If there is any apparent levity in the last paragraph we have penned, it is a levity that is far from our heart. There is no subject which gives us so much concern as this—of the undoubted distress which exists amongst the labouring population, and the necessity that exists to alleviate and to combat it. Coming from the immediate perusal of Utopian schemes, promising a community of goods, and from the reconsideration of those arguments which prove such schemes to be delusive and mischievous, the impression that is left on our mind is the profound conviction of the duty of government, to do whatever lies really in its power for the amelioration of the condition of the working classes. The present system of civilized society works, no doubt, for the good of the whole, but assuredly they do not reap an equal benefit with other classes, and on them falls the largest share of its inevitable evils. May we not say that, whatever the social body, acting in its aggregate capacity, can do to redress the balance—whether in education of their children, in sanatory regulations which concern their workshops and their dwellings, or in judicious charity that will not press upon the springs of industry—it is bound to do by the sacred obligation of justice?
FOOTNOTES:
[28] Etudes sur les Réformateurs, ou Socialistes Modernes. Par M. Louis Reybaud.

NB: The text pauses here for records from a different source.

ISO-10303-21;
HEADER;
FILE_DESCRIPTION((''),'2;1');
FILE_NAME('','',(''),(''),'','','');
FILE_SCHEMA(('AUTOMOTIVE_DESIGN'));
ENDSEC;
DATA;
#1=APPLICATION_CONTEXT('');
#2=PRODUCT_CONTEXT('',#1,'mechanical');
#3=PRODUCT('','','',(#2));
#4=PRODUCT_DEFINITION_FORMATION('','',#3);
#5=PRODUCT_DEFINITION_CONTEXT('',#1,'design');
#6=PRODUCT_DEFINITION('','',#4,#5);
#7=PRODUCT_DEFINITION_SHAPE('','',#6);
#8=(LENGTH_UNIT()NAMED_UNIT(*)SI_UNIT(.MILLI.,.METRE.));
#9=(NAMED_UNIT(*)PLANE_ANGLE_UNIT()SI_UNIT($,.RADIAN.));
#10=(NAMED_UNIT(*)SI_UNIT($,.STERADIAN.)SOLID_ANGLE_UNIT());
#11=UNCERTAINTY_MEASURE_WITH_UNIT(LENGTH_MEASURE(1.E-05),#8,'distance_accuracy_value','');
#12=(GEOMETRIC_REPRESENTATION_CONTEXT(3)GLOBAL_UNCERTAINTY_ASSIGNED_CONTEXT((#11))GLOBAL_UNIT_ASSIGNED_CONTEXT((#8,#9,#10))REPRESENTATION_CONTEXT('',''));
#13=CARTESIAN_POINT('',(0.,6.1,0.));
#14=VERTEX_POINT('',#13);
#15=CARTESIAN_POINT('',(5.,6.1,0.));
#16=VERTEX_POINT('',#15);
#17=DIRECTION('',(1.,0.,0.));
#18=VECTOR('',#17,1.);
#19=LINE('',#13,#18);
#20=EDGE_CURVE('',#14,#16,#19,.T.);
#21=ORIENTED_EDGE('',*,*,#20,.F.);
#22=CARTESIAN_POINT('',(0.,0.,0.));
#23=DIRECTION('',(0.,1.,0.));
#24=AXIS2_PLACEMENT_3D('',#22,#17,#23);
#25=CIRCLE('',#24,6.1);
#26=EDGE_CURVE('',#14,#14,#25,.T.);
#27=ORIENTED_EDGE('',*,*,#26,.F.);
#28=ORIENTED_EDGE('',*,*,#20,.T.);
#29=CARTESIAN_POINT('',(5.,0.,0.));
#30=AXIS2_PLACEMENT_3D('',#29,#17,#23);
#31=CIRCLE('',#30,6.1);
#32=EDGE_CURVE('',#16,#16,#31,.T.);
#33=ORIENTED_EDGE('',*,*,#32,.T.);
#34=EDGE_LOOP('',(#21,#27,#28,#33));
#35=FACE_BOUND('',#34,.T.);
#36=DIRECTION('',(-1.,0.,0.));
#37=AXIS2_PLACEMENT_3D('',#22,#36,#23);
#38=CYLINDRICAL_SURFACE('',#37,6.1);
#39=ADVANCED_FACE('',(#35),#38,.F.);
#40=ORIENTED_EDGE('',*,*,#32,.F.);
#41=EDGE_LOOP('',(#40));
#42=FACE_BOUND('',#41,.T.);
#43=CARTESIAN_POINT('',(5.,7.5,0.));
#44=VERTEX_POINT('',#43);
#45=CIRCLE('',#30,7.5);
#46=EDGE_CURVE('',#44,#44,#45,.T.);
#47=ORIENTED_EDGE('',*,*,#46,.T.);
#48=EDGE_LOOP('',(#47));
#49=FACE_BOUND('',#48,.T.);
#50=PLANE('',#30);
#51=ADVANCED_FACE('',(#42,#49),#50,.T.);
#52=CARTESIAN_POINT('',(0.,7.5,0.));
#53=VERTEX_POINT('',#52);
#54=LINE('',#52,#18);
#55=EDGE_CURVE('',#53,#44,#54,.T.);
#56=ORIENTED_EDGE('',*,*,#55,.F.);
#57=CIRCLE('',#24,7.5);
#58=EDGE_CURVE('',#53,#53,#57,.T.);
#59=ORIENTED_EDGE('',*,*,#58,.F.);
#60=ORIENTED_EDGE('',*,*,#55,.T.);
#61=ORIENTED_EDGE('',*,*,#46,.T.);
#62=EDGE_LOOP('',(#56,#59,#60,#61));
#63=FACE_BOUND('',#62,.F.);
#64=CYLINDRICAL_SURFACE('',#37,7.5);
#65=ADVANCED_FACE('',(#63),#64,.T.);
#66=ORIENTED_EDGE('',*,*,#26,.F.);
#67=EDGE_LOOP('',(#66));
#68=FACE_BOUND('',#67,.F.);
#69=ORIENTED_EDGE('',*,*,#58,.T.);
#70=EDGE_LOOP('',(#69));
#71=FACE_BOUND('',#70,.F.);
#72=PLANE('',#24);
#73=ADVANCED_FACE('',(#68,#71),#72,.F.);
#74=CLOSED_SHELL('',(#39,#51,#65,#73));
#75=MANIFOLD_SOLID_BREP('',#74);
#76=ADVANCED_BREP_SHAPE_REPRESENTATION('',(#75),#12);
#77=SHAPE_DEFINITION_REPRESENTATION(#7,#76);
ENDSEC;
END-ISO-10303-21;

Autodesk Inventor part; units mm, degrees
ref_plane "YZ Plane" through (0, 0, 0) normal (1, 0, 0) x (0, 1, 0)
ref_plane "XZ Plane" through (0, 0, 0) normal (0, 1, 0) x (-1, 0, 0)
ref_plane "XY Plane" through (0, 0, 0) normal (0, 0, 1) x (1, 0, 0)
sketch "スケッチ1" plane through (0, 0, 0) normal (1, 0, 0) x (0, 1, 0)
  circle A0 centre (0, 0) radius 7.5
  circle A1 centre (0, 0) radius 6.1
  dimension "d0" = 15
  dimension "d1" = 12.2
extrude "押し出し1" add sketch "スケッチ1" along normal blind 5
properties part number "dribl-v1-3DP-spesa-4" material "ABS プラスチック"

[29] We shall perhaps take some opportunity to speak separately of M. Leroux's work, Sur l'Humanité. It is a work of very superior pretension to the writings of MM. St Simon, Fourier, and others, who must rather be regarded as makers of projects than makers of books. M. Leroux has the honour of indoctrinating George Sand with that mysticism which she has lately infused into her novels—by no means to the increase of their merit. When M. Leroux was reproached by a friend for the fewness of his disciples, he is said to have replied—"It is true I have but one—mais, que voulez-vous?—Jésus Christ lui-même n'avait que douze."

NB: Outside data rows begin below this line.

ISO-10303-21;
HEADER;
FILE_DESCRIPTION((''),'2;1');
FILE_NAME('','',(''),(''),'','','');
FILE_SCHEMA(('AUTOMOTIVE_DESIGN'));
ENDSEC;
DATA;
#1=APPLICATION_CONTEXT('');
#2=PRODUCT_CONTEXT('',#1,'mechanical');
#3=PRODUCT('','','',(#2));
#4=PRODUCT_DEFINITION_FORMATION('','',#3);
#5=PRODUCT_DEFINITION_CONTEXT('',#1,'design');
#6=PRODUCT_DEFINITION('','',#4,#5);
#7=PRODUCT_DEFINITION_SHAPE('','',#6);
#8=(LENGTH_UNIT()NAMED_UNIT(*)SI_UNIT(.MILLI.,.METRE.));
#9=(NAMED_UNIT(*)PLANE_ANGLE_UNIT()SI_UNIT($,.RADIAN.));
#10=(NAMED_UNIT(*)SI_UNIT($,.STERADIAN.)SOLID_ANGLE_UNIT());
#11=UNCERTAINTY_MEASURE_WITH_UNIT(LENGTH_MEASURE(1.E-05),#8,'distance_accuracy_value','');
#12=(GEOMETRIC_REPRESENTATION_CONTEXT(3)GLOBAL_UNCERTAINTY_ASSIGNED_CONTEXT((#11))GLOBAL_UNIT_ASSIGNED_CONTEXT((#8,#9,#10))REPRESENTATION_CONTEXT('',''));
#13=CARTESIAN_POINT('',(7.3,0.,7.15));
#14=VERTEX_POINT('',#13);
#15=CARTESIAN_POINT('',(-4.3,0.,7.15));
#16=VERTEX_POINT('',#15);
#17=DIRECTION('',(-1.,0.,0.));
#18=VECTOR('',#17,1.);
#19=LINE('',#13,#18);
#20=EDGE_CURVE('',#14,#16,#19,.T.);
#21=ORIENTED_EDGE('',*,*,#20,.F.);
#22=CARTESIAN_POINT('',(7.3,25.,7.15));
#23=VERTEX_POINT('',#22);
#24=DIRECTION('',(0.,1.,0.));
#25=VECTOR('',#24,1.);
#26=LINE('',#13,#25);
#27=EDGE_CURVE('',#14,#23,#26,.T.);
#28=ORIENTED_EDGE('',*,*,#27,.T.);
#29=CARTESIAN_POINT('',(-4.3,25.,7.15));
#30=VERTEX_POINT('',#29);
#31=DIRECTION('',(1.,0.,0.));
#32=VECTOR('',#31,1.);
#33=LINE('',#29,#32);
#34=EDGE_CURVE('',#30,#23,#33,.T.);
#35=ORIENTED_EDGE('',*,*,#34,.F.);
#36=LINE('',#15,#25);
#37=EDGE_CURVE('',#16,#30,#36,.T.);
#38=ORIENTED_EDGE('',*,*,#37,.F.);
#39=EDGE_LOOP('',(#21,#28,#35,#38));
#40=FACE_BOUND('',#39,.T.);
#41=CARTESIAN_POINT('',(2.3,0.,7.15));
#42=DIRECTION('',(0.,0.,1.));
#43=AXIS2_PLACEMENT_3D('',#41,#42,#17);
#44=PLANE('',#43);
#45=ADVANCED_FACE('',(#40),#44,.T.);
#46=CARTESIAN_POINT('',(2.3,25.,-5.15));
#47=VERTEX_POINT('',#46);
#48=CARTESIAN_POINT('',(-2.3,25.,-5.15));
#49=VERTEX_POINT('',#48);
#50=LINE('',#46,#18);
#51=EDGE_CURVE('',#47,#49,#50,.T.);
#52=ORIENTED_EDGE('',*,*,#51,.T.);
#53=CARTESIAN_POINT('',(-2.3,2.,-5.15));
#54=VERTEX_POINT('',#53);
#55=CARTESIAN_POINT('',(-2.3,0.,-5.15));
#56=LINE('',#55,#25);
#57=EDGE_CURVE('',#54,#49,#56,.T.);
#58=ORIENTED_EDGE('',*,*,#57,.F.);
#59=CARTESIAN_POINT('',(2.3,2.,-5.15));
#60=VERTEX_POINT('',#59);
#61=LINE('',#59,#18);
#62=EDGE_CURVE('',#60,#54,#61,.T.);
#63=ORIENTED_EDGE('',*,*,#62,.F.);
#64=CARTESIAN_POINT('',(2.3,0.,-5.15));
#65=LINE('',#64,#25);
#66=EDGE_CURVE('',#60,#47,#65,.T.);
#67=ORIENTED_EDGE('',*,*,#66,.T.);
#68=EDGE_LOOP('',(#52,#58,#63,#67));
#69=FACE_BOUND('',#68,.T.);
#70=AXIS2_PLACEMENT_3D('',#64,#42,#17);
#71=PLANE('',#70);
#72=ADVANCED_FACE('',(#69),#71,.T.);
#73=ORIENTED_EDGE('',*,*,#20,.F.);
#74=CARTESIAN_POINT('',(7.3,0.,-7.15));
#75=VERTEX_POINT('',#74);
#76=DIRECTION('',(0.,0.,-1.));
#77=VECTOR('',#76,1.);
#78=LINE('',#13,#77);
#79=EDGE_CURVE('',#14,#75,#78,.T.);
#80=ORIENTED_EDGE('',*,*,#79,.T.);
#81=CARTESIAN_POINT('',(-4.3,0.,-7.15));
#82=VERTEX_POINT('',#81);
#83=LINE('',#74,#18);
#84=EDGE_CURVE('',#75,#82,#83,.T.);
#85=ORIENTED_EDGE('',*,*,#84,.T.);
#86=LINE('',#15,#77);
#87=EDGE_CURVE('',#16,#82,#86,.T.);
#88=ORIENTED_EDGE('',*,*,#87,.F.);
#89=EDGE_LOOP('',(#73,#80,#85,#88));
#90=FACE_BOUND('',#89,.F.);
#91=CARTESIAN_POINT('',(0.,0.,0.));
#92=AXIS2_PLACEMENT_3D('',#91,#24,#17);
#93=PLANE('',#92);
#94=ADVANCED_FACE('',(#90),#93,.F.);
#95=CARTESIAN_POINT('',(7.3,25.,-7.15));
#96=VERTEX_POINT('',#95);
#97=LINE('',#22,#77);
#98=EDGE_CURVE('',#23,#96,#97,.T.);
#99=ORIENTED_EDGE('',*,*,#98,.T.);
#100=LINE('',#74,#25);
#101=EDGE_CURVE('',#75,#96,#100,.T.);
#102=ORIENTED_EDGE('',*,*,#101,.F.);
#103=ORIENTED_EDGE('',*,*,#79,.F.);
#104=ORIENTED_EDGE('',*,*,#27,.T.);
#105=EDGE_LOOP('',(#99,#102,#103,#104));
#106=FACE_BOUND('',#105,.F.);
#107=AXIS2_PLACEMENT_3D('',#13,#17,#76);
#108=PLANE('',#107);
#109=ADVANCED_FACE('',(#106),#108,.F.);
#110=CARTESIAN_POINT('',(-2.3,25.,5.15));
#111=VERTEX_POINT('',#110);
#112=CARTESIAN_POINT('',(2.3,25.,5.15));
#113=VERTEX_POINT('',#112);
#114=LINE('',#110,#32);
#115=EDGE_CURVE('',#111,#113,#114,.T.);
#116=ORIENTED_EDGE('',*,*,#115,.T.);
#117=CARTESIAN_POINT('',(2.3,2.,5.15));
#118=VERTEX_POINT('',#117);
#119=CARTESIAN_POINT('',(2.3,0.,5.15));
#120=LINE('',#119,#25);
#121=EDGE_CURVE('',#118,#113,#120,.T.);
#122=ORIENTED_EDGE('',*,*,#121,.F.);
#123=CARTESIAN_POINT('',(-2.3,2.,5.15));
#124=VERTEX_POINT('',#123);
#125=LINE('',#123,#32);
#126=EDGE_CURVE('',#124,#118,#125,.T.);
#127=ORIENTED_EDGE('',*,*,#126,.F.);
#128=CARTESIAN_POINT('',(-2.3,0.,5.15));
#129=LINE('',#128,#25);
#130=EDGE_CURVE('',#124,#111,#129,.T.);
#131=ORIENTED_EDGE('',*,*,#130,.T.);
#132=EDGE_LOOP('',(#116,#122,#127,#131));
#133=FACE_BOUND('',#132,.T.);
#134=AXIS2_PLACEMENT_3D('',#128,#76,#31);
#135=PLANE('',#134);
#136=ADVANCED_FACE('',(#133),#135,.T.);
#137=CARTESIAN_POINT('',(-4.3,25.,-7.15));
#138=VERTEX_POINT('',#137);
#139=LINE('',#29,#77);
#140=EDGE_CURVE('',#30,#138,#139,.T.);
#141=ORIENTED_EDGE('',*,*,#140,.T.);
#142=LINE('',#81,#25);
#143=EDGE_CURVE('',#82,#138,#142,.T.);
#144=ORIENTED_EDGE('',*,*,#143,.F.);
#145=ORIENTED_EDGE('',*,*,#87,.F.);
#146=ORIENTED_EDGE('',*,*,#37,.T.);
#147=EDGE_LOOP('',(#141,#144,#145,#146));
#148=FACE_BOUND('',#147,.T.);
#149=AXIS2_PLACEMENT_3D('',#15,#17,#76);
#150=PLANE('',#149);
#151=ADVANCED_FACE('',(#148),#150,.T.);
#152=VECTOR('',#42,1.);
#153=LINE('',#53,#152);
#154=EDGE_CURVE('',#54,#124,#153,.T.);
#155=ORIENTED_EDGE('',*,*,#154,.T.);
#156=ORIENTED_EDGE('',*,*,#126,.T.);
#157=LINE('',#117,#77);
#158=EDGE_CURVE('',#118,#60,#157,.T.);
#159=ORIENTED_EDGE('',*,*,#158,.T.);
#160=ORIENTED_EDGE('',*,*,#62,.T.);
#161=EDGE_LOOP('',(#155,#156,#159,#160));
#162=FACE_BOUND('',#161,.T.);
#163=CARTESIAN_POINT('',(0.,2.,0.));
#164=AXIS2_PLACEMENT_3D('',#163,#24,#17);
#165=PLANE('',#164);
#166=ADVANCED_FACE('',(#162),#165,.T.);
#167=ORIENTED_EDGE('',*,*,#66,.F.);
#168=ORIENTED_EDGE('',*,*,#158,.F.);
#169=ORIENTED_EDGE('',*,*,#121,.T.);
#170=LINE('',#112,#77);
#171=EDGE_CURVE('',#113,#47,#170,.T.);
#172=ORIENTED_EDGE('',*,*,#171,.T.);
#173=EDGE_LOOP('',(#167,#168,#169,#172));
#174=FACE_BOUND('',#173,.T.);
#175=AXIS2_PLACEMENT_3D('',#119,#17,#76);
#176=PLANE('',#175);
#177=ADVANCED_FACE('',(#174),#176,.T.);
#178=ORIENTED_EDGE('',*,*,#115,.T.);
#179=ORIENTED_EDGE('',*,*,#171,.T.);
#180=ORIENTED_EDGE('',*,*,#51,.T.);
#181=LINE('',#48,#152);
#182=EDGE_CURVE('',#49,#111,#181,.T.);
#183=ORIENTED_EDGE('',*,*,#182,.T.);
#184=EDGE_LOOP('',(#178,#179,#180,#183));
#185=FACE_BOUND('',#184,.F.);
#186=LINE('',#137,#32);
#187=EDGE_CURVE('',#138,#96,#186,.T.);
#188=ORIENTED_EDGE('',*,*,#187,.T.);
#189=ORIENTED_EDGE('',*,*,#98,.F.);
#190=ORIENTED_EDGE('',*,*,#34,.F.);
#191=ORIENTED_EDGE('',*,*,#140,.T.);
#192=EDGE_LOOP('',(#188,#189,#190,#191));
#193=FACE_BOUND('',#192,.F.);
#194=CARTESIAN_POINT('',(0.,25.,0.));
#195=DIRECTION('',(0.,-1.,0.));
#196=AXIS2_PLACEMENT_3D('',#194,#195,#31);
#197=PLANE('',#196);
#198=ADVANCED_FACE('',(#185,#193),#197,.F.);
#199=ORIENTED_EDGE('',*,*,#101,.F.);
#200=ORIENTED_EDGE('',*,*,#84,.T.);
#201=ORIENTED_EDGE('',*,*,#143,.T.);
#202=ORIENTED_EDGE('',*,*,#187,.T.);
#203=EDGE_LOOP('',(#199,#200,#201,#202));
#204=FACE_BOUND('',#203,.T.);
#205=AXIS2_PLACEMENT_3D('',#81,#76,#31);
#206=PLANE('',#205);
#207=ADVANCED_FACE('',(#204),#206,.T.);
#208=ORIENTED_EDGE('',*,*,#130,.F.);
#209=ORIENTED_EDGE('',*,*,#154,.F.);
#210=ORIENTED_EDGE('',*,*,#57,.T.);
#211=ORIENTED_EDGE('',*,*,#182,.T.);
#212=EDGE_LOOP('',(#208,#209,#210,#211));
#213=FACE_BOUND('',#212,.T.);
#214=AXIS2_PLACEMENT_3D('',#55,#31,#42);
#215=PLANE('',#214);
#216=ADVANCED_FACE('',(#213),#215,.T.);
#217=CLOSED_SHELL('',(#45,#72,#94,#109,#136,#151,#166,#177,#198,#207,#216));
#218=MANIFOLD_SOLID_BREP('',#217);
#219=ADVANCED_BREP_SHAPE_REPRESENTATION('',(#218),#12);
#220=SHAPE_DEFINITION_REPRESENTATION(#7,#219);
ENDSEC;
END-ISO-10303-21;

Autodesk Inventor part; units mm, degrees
ref_plane "YZ Plane" through (0, 0, 0) normal (1, 0, 0) x (0, 1, 0)
ref_plane "XZ Plane" through (0, 0, 0) normal (0, 1, 0) x (-1, 0, 0)
ref_plane "XY Plane" through (0, 0, 0) normal (0, 0, 1) x (1, 0, 0)
sketch "Boceto1" plane through (0, 0, 0) normal (0, 1, 0) x (-1, 0, 0)
  line L0 (2.3, 5.15) -> (-2.3, 5.15)
  line L1 (-2.3, 5.15) -> (-2.3, -5.15)
  line L2 (-2.3, -5.15) -> (2.3, -5.15)
  line L3 (2.3, -5.15) -> (2.3, 5.15)
  line L4 (2.3, 5.15) -> (-2.3, -5.15) construction
  line L5 (-2.3, 5.15) -> (2.3, -5.15) construction
  line L6 (4.3, 7.15) -> (-4.3, 7.15)
  line L7 (-4.3, 7.15) -> (-4.3, -7.15)
  line L8 (-4.3, -7.15) -> (4.3, -7.15)
  line L9 (4.3, -7.15) -> (4.3, 7.15)
  point P0 (0, 0)
  dimension "d0" = 10.3
  dimension "d1" = 4.6
  dimension "d2" = 2
extrude "Extrusión1" add sketch "Boceto1" along normal blind 2 contours L3 L2 L1 L0
sketch "Boceto3" plane through (0, 0, 0) normal (0, -1, 0) x (1, 0, 0)
  line L0 (2.3, -5.15) -> (-2.3, -5.15) projected
  line L1 (-2.3, 5.15) -> (2.3, 5.15)
  line L2 (2.3, 5.15) -> (2.3, -5.15)
  line L3 (2.3, -5.15) -> (-2.3, -5.15)
  line L4 (-2.3, -5.15) -> (-2.3, 5.15)
  line L5 (-2.3, 5.15) -> (2.3, -5.15) construction
  line L6 (2.3, 5.15) -> (-2.3, -5.15) construction
  line L7 (4.3, -7.15) -> (4.3, 7.15)
  line L8 (4.3, 7.15) -> (-4.3, 7.15)
  line L9 (-4.3, 7.15) -> (-4.3, -7.15)
  line L10 (-4.3, -7.15) -> (4.3, -7.15)
  line L11 (2.3, 7.15) -> (7.3, 7.15)
  line L12 (7.3, 7.15) -> (7.3, -7.15)
  line L13 (7.3, -7.15) -> (2.3, -7.15)
  line L14 (2.3, -7.15) -> (2.3, 7.15)
  point P0 (0, 0)
  dimension "d5" = 2
  dimension "d6" = 5
extrude "Extrusión2" add sketch "Boceto3" against normal blind 25 contours L14 L10 L9 L8 L1 L4 L0 | L2 L14 L8 L7 L10 | L7 L11 L12 L13
properties part number "front-camera-support"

[30] He had been drawing the usual painful picture of the distress of the manufacturing classes, and citing for his authority some English journal. In doing this he has made a somewhat alarming mistake. The colloquial phrase job-work has perplexed, and very excusably, the worthy Belgian, and he has drawn from a very harmless expression a terrible significance. "Partout le travail est le métier de job (job-work) comme disent les Anglais—un métier à mourir sur le fumier." In another place he has understood the turn out of our factories as the expulsion of the artisans by the master manufacturers.